Specifically, on weight control, Tokunaga-Nakawatase Y. et al. 2019 ( 43 ) reported that non-obese-but-overeating female patients showed higher levels of HbA1c than not-overeating females, unlike the males. Aghili R. 2017 ( 44 ) affirm that women tend to have higher BMI compared to men. Similarly, Mansyur C. L. 2015 ( 33 ) found that women tended to be significantly more obese than men, although both T2DM men and women tended to be obese on average; and Rossi M. C. et al., 2017 ( 45 ) report that higher levels of total and LDL-cholesterol, and BMI were found in women. Badawi G. et al., 2012 ( 46 ) add that obesity was associated with poorer health status in women but not in men. Also, Vitale M. et al. 2016 ( 39 ) agree that BMI was significantly higher in women; instead, Kacerovsky-Bielesz G. et al., 2009 ( 22 ) confirm that BMI tended to be higher in women but did not significantly differ compared with men.
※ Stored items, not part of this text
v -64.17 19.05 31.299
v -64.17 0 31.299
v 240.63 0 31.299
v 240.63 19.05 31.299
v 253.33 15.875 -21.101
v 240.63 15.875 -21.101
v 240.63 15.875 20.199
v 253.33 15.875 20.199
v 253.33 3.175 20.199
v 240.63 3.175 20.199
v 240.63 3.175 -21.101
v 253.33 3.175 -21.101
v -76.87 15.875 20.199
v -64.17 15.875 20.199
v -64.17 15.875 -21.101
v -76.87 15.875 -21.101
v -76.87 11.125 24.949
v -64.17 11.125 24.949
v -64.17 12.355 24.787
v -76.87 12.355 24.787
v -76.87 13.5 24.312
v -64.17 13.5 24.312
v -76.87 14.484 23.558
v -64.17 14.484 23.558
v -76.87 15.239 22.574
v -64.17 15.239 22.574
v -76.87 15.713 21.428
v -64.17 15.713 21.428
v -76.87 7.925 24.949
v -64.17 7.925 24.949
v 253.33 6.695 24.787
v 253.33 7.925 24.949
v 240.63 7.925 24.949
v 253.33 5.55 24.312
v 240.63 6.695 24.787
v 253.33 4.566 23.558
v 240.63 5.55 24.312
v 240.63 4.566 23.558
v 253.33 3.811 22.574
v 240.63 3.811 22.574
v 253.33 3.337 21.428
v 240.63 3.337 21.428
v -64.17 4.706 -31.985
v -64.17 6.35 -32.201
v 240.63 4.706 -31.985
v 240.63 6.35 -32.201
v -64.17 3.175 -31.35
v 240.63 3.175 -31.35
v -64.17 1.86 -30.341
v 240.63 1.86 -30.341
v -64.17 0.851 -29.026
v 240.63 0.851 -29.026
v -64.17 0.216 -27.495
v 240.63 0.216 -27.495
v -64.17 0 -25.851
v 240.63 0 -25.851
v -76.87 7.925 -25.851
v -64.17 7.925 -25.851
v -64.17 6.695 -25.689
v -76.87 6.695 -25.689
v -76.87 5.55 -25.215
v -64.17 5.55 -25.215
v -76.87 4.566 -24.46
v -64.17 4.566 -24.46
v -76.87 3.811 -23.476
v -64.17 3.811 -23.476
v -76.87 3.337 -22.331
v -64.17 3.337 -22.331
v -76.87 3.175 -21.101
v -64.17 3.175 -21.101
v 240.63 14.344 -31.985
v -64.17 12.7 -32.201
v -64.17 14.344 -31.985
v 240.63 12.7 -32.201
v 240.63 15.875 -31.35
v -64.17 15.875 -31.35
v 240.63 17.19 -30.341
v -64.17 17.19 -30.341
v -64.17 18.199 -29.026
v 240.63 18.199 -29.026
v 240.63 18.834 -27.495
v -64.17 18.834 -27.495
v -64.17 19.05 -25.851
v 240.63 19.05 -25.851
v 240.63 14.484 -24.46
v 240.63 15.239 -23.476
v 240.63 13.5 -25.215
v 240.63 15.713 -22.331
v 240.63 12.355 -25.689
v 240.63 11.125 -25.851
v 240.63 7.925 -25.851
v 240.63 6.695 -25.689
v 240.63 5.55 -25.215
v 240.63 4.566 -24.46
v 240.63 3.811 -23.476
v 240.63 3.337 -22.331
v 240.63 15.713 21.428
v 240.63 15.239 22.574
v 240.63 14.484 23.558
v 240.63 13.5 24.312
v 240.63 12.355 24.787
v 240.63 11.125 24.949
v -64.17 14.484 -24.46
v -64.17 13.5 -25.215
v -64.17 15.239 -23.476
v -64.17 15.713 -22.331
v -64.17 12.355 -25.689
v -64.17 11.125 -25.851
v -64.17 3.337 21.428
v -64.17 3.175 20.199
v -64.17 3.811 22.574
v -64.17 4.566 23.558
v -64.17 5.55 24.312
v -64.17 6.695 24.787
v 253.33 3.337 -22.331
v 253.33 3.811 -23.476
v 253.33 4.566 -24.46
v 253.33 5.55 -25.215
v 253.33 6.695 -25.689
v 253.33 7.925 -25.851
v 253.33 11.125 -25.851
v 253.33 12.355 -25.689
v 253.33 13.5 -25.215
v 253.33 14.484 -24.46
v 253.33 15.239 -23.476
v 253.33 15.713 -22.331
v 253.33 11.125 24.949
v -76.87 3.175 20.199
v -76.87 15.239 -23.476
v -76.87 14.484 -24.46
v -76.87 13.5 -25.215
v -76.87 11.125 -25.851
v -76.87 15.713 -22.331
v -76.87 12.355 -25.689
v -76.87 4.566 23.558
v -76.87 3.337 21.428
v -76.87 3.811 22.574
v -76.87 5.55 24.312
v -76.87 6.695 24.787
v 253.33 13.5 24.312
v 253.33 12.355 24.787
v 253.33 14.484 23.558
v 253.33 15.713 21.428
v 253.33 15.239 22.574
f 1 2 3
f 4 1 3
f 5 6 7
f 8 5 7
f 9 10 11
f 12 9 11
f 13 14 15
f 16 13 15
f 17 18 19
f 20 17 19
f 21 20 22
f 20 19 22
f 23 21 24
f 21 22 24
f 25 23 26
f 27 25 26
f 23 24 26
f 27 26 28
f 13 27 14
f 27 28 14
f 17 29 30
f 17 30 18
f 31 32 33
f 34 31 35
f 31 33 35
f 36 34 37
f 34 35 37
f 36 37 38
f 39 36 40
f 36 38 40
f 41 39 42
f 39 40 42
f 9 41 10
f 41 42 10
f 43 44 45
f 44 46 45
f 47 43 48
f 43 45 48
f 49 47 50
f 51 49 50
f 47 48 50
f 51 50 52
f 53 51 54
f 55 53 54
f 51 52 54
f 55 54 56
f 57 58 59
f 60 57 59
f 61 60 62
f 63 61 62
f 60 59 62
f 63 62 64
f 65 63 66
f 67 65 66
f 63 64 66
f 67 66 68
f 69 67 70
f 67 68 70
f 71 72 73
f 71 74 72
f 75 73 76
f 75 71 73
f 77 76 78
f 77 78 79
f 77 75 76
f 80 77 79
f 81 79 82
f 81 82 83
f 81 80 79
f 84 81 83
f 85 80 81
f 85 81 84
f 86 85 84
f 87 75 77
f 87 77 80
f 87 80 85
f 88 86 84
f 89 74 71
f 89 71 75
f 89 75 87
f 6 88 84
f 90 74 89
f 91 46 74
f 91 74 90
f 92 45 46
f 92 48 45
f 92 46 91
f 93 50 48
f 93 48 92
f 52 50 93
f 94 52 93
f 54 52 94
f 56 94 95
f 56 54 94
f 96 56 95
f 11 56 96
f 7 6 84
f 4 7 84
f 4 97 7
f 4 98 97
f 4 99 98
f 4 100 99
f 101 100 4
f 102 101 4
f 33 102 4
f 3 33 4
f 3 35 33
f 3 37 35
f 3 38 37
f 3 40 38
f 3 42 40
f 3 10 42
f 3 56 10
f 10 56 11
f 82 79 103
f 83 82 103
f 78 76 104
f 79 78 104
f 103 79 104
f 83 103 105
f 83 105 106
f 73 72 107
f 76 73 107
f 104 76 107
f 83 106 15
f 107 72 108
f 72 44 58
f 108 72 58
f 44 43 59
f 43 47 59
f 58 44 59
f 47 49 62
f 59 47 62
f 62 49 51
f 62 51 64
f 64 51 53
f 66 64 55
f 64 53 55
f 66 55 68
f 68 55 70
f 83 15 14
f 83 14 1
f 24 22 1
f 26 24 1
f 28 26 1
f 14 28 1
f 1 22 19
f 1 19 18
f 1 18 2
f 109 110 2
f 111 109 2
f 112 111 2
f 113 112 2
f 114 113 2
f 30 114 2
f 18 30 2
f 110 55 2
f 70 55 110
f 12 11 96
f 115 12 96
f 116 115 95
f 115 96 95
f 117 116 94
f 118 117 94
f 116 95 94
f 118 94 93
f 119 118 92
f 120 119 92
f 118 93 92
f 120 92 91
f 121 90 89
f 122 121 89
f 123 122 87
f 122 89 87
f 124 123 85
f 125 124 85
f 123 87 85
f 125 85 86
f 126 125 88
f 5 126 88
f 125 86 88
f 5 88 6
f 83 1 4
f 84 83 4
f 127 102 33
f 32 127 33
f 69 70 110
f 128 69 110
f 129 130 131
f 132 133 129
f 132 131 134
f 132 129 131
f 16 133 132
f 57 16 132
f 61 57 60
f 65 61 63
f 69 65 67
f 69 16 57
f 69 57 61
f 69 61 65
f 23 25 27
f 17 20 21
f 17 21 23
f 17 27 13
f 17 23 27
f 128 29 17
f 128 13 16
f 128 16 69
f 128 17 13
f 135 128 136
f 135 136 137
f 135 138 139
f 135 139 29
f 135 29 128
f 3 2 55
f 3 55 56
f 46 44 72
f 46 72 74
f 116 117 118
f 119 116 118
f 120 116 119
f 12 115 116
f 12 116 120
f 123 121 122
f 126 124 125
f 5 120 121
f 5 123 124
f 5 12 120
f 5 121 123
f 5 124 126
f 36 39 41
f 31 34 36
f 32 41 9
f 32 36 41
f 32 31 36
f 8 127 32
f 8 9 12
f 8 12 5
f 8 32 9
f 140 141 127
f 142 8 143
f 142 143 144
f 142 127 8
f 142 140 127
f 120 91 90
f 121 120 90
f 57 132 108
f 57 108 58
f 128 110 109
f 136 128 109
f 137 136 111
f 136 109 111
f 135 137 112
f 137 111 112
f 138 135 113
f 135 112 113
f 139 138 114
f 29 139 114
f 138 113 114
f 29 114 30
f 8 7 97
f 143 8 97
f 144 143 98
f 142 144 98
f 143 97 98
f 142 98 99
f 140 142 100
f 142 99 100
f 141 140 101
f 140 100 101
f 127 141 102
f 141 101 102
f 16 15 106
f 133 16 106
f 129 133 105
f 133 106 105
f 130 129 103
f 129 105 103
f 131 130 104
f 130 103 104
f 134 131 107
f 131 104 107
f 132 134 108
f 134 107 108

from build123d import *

# Parameters (mm, degrees)
F0_W     = 304.8
F0_H     = 63.5
F1_DEPTH = 19.05
F3_DEPTH = 12.7
F5_DEPTH = 12.7
F6_R     = 6.35


with BuildPart() as f1:
    # F0 (on Front) → F1 (new body)
    with BuildSketch(Plane.XZ):
        with Locations((88.229522, -0.451185)):
            Rectangle(F0_W, F0_H)
    extrude(amount=-F1_DEPTH)

    # F2 (on face) → F3 (join)
    with BuildSketch(Plane.YZ.offset(240.629522)):
        with BuildLine():
            Line((11.1252, 24.948815), (7.9248, 24.948815))
            ThreePointArc((7.9248, 24.948815), (4.566184, 23.557631), (3.175, 20.199015))
            Line((3.175, 20.199015), (3.175, -21.101385))
            ThreePointArc((3.175, -21.101385), (4.566184, -24.460001), (7.9248, -25.851185))
            Line((7.9248, -25.851185), (11.1252, -25.851185))
            ThreePointArc((11.1252, -25.851185), (14.483816, -24.460001), (15.875, -21.101385))
            Line((15.875, -21.101385), (15.875, 20.199015))
            ThreePointArc((15.875, 20.199015), (14.483816, 23.557631), (11.1252, 24.948815))
        make_face()
    extrude(amount=F3_DEPTH)

    # F4 (on face) → F5 (join)
    with BuildSketch(Plane(origin=(-64.170478, 0, 0), x_dir=(0, -1, 0), z_dir=(-1, 0, 0))):
        with BuildLine():
            Line((-7.9248, 24.948815), (-11.1252, 24.948815))
            ThreePointArc((-11.1252, 24.948815), (-14.483816, 23.557631), (-15.875, 20.199015))
            Line((-15.875, 20.199015), (-15.875, -21.101385))
            ThreePointArc((-15.875, -21.101385), (-14.483816, -24.460001), (-11.1252, -25.851185))
            Line((-11.1252, -25.851185), (-7.9248, -25.851185))
            ThreePointArc((-7.9248, -25.851185), (-4.566184, -24.460001), (-3.175, -21.101385))
            Line((-3.175, -21.101385), (-3.175, 20.199015))
            ThreePointArc((-3.175, 20.199015), (-4.566184, 23.557631), (-7.9248, 24.948815))
        make_face()
    extrude(amount=F5_DEPTH)

    # F6
    f6_edges = [f1.edges().sort_by_distance(p)[0] for p in [
        (88.229522, 0, -32.201185),
        (88.229522, 19.05, -32.201185),
    ]]
    fillet(f6_edges, radius=F6_R)


solid = f1.part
Considering the physical activity, Boonsatean W. et al., 2018 ( 34 ) showed that men reported practicing more physical activity than women. Alghafri T.S. et al., 2018 ( 47 ) also agree that compared to males, females were less physically active and tended to report longer sitting time. Also, Rossi M. C. 2017 ( 45 ) and Chiu C. 2011 ( 41 ) reported that women had statistically significant poorer scores for physical functioning and self-care activities dedicated to physical activities. On the same line, Shrestha A. D.et al. 2013 ( 36 ) found that women were straggling behind men in the recommended exercise for at least five days a week. But, Badawi G. et al., 2012 ( 46 ) concluded that physical activity was associated with better health status in men only, and Kacerovsky-Bielesz G. et al., 2009 ( 22 ) reported that more women than men performed regular physical exercise.

Based on medications, insulin therapy, and risk factors control, Brown S.A. et al., 2000 ( 48 ) reported that among individuals treated with diet only, males exhibited higher HbA1c levels than females; conversely, for individuals on insulin only, females showed a higher mean of HbA1c compared with males. Aghili R. et al., 2017 ( 44 ) add that the basal insulin dose was higher in women compared to men, and Chiu C. et al. 2011 ( 41 ) concluded that there were no significant sex-related differences in the medication adherence. Investigating blood pressure as a concomitant factor for diabetes, Aghili R. et al. 2017 ( 44 ) affirm that diastolic blood pressure was significantly higher in men, as well as Vitale M. et al. 2016 ( 39 ) reported that diastolic blood pressure was slightly lower in women than in men. Sahin et a., 2020 ( 49 ) reported that the male sex is a determinant of good foot care behaviour; on the contrary, Rossi M. C. et al., 2017 ( 45 ) reported that women showed higher adherence than men to self-care activities dedicated to foot care. Lastly, Rossi M. C. et al., 2017 ( 45 ) found that women were less frequently smokers than men and Kacerovsky-Bielesz G. 2009 ( 22 ) found that more women than men reported no or very rare alcohol consumption.

Self-care Monitoring: glycaemic control and blood glucose testing

Eleven studies reported results on self-care monitoring activities. Overall, despite substantial evidence showing that females practiced greater adequate blood glucose monitoring than males, these latter seem to have a higher level of glycemic control in terms of lower HbA1c.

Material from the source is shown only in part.